Why isn’t the MonkeyPix virus like Kovid-19?

According to the WHO, the virus can be spread by touching or sharing infected items such as clothing and bedding, or by shortness of breath produced by sneezing or coughing.

This may sound familiar because in the early days of the epidemic many experts said that the coronavirus was transmitted to humans from very few people outside of respiratory tract and contaminated surfaces. Subsequent studies have shown that coronaviruses can spread through many small particles called aerosols with the ability to travel more than six feet. But that doesn’t mean it’s true of the monkeypox virus, says Louis Seagal, a poxvirus expert at Thomas Jefferson University in Philadelphia. Coronavirus is a tiny, single-stranded RNA virus that has contributed to its ability to carry air. The monkeypox virus, however, is made up of double-stranded DNA, which means the virus itself is much larger and heavier and unable to go that far, Dr. Seagal said.
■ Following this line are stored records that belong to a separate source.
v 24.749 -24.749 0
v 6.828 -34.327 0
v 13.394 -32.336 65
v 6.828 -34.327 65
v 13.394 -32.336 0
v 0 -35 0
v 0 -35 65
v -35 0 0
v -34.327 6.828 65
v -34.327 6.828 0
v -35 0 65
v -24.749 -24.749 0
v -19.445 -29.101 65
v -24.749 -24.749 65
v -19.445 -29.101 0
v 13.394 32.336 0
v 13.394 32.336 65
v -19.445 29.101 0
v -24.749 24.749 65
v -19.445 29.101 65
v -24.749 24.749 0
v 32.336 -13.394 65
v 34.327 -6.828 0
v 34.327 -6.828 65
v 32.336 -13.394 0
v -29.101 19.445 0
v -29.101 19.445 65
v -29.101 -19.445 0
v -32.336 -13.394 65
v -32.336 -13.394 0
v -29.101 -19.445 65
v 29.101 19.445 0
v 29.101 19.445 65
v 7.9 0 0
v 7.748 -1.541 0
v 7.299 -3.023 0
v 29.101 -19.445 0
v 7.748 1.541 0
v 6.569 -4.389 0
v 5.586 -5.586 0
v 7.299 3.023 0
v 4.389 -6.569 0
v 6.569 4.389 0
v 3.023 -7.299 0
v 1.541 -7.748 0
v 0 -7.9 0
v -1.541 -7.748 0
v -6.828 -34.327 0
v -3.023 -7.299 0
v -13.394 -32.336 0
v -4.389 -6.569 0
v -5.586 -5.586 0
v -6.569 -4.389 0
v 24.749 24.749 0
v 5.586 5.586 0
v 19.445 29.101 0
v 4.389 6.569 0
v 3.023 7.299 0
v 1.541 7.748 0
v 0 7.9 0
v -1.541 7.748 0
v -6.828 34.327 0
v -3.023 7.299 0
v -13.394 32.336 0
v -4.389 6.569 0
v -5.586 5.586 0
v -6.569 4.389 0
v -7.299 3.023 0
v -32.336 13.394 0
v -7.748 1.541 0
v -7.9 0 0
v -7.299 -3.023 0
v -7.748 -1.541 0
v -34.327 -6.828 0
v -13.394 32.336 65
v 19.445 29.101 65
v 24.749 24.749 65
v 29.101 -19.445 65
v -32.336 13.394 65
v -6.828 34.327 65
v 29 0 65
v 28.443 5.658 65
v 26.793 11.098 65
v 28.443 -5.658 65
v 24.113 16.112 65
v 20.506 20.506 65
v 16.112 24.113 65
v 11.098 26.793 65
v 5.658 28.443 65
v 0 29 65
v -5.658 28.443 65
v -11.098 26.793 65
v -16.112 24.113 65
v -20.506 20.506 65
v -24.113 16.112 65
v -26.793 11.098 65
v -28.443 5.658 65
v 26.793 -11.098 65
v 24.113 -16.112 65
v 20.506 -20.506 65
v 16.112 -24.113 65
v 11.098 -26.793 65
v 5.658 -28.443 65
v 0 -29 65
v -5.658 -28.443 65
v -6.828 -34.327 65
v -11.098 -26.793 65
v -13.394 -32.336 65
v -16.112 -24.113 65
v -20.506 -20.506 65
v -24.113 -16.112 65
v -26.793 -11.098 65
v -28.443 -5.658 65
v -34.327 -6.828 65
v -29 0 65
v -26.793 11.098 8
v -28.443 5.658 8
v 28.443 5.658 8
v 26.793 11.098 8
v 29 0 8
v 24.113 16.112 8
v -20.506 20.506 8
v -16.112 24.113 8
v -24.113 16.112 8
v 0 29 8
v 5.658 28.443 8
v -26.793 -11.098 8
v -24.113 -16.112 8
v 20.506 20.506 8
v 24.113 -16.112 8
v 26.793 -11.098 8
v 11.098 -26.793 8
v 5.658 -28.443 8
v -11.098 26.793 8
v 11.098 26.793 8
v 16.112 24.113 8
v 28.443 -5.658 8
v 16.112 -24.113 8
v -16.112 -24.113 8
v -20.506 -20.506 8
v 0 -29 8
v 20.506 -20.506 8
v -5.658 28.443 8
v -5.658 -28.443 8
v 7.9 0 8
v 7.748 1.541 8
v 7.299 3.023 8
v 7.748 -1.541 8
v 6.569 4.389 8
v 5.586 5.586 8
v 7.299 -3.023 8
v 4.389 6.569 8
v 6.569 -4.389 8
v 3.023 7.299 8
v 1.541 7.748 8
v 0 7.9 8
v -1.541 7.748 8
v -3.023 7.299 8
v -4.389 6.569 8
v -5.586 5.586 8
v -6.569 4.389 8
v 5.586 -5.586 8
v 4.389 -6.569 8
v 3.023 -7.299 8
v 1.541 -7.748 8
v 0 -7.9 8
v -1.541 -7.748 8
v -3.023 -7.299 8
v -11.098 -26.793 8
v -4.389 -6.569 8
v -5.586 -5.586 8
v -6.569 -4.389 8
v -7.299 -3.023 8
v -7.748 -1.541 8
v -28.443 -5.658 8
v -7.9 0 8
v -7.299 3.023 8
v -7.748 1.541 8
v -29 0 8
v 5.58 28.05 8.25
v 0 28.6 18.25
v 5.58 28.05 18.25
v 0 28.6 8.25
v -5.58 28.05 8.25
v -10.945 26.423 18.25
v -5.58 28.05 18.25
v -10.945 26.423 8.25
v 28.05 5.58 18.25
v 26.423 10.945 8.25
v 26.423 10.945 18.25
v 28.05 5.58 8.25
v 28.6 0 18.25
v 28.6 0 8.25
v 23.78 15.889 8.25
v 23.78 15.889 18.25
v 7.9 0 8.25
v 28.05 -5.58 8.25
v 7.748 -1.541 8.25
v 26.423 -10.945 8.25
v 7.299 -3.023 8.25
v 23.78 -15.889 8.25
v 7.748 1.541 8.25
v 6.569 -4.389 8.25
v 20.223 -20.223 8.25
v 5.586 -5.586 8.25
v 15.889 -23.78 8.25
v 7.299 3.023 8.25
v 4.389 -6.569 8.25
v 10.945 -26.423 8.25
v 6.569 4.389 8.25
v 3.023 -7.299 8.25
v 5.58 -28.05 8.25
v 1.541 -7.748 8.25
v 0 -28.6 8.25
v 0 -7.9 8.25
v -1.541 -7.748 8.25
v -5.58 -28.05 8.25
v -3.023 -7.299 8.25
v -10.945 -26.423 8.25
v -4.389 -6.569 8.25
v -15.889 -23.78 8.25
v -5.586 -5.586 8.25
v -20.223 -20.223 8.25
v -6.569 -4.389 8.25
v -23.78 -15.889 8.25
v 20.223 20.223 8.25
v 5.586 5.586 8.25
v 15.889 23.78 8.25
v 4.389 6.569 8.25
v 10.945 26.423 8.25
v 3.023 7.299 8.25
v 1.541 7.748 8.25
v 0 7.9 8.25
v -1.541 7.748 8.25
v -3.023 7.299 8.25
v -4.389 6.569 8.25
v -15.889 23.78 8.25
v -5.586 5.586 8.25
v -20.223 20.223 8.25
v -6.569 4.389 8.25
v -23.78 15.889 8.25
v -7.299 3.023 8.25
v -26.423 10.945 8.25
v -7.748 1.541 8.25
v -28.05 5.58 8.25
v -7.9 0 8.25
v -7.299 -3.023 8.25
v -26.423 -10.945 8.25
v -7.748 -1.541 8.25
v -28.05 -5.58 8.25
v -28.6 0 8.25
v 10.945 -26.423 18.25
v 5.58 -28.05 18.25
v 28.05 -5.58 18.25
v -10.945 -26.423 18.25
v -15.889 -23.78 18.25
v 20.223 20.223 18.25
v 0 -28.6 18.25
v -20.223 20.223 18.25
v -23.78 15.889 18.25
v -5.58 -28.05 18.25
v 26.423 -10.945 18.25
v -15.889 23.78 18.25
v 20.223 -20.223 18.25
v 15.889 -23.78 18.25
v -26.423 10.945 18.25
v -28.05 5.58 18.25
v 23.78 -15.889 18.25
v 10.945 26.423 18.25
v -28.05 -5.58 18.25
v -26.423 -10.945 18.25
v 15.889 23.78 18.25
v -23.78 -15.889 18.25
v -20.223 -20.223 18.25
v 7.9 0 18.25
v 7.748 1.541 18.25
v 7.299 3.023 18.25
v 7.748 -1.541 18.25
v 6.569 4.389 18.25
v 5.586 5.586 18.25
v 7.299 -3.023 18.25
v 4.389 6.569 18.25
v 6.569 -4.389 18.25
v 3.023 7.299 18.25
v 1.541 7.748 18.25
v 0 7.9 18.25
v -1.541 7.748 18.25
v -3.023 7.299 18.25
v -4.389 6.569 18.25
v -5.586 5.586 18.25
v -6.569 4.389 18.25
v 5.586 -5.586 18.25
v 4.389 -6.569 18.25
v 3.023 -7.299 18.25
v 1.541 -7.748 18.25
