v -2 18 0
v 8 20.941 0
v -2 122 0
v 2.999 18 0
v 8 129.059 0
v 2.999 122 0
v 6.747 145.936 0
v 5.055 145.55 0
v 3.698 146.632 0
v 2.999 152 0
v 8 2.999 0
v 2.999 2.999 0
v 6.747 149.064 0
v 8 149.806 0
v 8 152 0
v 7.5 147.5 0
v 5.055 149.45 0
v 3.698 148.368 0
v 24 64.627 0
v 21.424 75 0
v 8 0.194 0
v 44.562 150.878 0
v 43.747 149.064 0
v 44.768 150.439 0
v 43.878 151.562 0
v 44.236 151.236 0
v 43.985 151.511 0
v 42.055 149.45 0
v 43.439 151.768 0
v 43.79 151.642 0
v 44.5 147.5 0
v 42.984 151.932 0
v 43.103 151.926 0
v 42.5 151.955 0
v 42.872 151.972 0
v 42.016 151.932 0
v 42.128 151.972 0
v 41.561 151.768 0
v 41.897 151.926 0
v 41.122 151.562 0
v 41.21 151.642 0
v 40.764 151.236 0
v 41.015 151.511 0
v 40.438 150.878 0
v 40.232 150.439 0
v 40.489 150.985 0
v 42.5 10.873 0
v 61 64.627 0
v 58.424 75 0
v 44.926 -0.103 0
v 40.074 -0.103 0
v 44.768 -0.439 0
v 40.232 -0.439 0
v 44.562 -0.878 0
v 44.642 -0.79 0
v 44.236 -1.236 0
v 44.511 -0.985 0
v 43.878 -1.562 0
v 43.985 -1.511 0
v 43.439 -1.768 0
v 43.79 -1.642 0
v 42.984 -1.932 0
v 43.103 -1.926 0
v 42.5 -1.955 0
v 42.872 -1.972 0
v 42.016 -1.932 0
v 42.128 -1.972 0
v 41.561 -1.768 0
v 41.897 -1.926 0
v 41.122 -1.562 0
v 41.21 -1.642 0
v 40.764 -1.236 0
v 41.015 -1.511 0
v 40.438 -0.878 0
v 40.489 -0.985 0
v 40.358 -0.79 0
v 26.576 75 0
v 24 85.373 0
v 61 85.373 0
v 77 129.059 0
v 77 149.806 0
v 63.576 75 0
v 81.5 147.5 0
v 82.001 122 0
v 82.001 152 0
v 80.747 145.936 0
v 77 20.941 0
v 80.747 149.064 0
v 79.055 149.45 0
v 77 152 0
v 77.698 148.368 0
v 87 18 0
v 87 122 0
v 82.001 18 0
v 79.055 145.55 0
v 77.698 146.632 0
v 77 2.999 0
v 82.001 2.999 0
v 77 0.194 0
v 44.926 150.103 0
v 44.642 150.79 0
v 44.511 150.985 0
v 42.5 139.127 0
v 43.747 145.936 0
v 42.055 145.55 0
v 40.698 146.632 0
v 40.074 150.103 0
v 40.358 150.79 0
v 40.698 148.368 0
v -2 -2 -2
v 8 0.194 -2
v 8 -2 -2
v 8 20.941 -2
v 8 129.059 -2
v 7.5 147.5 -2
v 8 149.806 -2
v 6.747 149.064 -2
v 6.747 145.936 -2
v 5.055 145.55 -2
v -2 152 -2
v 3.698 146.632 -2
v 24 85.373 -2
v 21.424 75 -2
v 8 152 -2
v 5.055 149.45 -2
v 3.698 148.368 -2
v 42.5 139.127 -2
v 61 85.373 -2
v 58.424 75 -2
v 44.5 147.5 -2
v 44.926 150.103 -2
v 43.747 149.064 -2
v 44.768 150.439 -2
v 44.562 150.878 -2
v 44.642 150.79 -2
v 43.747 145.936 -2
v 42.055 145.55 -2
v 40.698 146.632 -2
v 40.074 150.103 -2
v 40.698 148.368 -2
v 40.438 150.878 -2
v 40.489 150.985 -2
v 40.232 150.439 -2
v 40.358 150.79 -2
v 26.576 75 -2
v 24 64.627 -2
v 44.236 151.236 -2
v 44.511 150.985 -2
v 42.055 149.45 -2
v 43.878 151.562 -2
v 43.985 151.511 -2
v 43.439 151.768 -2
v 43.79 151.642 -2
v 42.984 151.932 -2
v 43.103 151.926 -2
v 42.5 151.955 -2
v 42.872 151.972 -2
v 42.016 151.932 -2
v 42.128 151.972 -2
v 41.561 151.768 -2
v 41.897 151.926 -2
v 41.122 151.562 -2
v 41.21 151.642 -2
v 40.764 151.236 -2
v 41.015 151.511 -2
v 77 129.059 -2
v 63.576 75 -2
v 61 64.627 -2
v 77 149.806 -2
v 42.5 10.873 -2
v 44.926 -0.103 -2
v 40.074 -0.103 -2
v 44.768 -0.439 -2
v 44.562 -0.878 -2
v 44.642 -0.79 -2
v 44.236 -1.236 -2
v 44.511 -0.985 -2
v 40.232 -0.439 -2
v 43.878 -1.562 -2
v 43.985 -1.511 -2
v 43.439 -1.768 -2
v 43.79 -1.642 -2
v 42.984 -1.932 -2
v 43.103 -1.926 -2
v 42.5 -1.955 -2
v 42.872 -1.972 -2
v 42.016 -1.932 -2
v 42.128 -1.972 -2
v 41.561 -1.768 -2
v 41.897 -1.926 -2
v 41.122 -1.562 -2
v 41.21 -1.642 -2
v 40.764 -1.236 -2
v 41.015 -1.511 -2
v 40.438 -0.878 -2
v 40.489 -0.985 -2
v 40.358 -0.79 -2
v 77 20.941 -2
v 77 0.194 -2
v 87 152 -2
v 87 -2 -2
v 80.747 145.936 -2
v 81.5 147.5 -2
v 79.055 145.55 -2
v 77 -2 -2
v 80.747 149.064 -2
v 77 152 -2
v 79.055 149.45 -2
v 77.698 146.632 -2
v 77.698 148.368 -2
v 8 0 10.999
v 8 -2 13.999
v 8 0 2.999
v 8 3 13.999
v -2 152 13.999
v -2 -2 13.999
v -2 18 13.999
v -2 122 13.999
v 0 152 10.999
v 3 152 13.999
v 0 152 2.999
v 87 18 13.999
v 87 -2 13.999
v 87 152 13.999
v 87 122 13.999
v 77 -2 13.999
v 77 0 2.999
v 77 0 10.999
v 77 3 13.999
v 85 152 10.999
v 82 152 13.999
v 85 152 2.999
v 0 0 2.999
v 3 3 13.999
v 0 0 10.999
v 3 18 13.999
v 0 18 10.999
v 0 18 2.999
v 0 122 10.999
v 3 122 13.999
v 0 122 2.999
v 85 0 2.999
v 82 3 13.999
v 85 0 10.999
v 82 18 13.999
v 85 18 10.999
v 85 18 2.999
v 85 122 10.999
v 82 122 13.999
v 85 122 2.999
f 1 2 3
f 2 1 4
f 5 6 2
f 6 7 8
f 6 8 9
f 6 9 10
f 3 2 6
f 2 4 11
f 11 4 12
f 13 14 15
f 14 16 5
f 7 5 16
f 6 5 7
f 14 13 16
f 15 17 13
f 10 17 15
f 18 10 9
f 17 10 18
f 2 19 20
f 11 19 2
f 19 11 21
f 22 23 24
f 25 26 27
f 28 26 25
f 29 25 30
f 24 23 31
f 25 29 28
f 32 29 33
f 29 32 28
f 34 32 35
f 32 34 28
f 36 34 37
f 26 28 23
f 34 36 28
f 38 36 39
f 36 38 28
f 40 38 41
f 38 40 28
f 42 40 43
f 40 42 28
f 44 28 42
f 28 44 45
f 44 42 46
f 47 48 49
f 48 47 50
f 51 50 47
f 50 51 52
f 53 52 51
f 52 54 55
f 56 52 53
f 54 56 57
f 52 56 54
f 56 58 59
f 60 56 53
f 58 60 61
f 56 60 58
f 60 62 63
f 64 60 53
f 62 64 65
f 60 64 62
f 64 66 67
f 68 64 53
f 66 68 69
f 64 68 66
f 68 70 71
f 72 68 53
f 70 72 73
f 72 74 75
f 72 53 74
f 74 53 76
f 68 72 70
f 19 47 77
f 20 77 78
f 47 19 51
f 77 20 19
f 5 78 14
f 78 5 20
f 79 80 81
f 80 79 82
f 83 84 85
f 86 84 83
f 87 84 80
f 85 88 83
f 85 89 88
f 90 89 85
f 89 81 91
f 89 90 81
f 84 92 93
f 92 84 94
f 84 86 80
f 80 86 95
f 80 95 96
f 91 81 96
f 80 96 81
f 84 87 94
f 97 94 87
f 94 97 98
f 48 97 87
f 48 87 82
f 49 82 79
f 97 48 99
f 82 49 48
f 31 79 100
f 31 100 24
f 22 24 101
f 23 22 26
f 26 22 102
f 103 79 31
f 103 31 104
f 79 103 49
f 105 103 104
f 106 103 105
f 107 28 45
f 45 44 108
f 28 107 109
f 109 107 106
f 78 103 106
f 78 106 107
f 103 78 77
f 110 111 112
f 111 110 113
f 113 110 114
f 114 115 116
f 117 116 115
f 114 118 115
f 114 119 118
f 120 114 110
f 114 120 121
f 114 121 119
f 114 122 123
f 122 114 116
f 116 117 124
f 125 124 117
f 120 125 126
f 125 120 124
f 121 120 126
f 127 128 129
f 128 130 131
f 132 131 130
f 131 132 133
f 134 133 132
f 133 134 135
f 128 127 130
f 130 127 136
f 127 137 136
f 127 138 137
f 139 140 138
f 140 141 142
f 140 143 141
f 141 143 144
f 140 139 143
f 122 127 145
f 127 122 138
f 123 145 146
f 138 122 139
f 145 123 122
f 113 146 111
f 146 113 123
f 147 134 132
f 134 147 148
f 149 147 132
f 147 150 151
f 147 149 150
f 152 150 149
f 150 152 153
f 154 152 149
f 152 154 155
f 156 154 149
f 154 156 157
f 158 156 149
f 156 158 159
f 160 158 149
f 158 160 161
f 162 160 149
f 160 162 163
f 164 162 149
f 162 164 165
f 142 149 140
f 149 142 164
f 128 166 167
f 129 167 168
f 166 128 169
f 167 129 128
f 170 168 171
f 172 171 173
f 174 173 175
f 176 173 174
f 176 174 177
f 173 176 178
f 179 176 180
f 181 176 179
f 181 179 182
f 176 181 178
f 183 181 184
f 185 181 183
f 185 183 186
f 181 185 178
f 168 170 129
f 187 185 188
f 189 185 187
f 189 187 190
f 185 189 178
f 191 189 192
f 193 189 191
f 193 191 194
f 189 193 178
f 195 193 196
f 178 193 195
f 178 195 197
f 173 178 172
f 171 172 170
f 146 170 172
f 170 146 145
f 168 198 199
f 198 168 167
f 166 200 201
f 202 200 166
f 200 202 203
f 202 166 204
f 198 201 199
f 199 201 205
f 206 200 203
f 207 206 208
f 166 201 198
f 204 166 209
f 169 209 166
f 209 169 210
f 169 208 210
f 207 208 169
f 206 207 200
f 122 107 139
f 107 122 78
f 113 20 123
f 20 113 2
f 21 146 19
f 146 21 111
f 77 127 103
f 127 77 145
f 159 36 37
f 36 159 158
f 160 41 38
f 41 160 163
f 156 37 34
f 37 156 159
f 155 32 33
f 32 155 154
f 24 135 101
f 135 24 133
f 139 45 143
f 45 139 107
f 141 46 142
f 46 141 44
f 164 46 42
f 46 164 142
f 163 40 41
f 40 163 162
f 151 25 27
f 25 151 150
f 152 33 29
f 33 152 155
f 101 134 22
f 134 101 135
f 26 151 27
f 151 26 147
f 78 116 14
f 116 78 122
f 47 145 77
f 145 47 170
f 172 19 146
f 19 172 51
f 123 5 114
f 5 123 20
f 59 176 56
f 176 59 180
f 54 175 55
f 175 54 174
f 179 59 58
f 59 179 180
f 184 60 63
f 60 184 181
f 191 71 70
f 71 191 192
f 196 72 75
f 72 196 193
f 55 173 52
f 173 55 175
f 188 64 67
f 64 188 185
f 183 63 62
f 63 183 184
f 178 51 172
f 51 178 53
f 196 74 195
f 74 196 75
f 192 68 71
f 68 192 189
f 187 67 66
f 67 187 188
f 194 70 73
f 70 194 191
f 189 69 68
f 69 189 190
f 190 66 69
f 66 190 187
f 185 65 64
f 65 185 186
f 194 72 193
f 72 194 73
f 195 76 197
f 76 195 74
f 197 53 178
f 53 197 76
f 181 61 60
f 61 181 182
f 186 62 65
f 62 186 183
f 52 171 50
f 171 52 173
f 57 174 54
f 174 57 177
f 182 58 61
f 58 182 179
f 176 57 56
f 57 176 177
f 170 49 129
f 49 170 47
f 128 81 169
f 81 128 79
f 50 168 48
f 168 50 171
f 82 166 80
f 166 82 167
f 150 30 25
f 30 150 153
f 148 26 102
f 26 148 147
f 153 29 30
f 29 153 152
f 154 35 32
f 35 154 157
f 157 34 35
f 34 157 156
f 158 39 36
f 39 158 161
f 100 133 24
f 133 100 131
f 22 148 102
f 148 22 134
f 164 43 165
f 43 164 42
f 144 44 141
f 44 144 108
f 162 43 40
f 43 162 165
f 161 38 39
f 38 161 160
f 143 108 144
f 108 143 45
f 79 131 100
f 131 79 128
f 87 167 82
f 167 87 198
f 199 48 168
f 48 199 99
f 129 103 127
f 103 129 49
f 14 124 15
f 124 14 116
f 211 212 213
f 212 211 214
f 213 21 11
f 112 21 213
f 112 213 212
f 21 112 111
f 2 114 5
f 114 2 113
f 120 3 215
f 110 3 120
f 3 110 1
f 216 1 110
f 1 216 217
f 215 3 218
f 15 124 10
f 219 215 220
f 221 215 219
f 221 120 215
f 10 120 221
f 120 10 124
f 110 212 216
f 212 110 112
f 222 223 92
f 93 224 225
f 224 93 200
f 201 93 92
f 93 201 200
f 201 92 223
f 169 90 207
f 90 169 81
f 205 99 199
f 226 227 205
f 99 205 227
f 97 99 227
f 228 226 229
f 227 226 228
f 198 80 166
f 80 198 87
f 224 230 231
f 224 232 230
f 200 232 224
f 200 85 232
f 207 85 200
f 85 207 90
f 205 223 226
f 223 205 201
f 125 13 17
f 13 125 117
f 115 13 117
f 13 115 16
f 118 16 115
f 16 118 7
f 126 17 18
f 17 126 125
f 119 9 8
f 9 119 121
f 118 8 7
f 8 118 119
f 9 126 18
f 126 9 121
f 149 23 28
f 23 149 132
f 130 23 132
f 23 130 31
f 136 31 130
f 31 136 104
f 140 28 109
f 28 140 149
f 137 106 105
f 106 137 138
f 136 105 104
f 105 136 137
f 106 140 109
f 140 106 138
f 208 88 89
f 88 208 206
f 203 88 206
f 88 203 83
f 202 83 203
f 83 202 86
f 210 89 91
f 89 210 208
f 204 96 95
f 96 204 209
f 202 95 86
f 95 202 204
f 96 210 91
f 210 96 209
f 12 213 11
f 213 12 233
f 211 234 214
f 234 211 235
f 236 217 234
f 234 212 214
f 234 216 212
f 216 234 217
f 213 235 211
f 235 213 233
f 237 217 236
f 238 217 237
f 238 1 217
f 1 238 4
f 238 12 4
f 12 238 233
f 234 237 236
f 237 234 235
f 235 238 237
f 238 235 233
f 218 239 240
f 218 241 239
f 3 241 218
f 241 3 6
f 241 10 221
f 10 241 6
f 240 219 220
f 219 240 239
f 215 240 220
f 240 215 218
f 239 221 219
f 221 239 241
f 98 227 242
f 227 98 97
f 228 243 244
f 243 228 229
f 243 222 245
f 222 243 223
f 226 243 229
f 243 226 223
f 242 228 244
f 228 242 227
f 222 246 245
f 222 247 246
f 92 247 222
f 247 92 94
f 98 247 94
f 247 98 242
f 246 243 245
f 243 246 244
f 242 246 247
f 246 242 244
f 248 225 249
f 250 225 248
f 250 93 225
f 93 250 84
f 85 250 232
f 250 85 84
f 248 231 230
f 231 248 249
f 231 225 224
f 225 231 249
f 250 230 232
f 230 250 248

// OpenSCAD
// Boat phone holder

delta = 0.001;    // Extra distance to avoid coincident surfaces 
sqrt2 = sqrt(2);

hp    = 150;      // Height of phone
wp    = 85;       // Width of phone
dp    = 14;       // Depth opf phone
dpe   = 8;        // Depth of phone at edge

module Bevel(l,t,orientation)
{
  // Bevel with corner along +X axis from origin, with orientation:
  //  0 -> facing +Y, +Z
  //  1 -> facing -Y, +Z
  //  2 -> facing -Y, -Z
  //  3 -> facing +Y, -Z
  rotate([orientation*90,0,0])
  {
    intersection()
    {
      translate([0,0,-t])
        rotate([45,0,0])
          cube([l,t*sqrt2,t*sqrt2]);
      cube([l,t*2,t*2]);
    }
  }
}

module EdgeClasp(l,h,t,orientation)
{
  // Edge clip on X-Z plane, with orientation:
  //  0 -> facing +Y
  //  1 -> facing +X
  //  2 -> facing -Y
  //  3 -> facing -X
  //
  // l = extent along aligneed axis (from origin, + or -)
  // t = thickness of edge
  //
  la = abs(l);
  ls = orientation==0 || orientation == 3 ? l : -l ;
  rotate([0,0,-orientation*90])
    translate([0.5*(ls-la),-t,-delta])
    {
      cube([la,t,h]);
      Bevel(la,t*2.5,0);
      translate([0,0,h])
        Bevel(la,t*2.5,3);
    }
}

module AngledStrip(x1,y1,x2,y2,w,t)
{
  xd = x2-x1;
  yd = y2-y1;
  l = sqrt(xd*xd+yd*yd);
  translate([x1,y1,0])
  {
    rotate([0,0,atan2(yd,xd)])
    {
      translate([0,0,0])    cylinder(r=w/2, h=t, $fn=16);
      translate([0,-w/2,0]) cube([l,w,t]);
      translate([l,0,0])    cylinder(r=w/2, h=t, $fn=16);
    }
  }
}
Other routes of monkeypox infection include intimate contact with the mother through the placenta during or after birth.

Most cases this year have been among young men, many of whom have identified themselves as men who have sex with men, although experts suggest that the monkeypox infection may be transmitted through semen or other bodily fluids during sex. Instead, contact with infected wounds during sex may be a more reasonable way. “It’s not a homosexual disease, because some people have tried to label it on social media,” he said. Andy Seal, an adviser to the WHO’s HIV, Hepatitis and STI Program, said in a question-and-answer session on Monday. “Anyone can become infected with monkeypox through close contact.”

Monkeypox is part of the same family of viruses as smallpox, but according to the Centers for Disease Control and Prevention it is usually a much milder condition. On average, symptoms appear within six to 13 days of onset, but can take up to three weeks. People who get sick usually experience fever, headache, back and muscle pain, swollen lymph nodes and general fatigue.

About one to three days after the onset of the fever, most people develop a painful rash that is characteristic of the poxvirus. It starts with flattened red spots which grow in the next five to seven days and become pus-filled. The rash may start on the patient’s face, hands, feet, inside their mouth or in their genitals and may spread to the rest of the body. (Although chickenpox causes similar rashes, it is not a true poxvirus, but is caused by the unrelated varicella-zoster virus).

Angela said that if a person’s pustules become scabbed within two to four weeks, they are no longer contagious. Rasmussen, a virologist at the Institute for Vaccines and Infectious Diseases, University of Saskatchewan, Canada.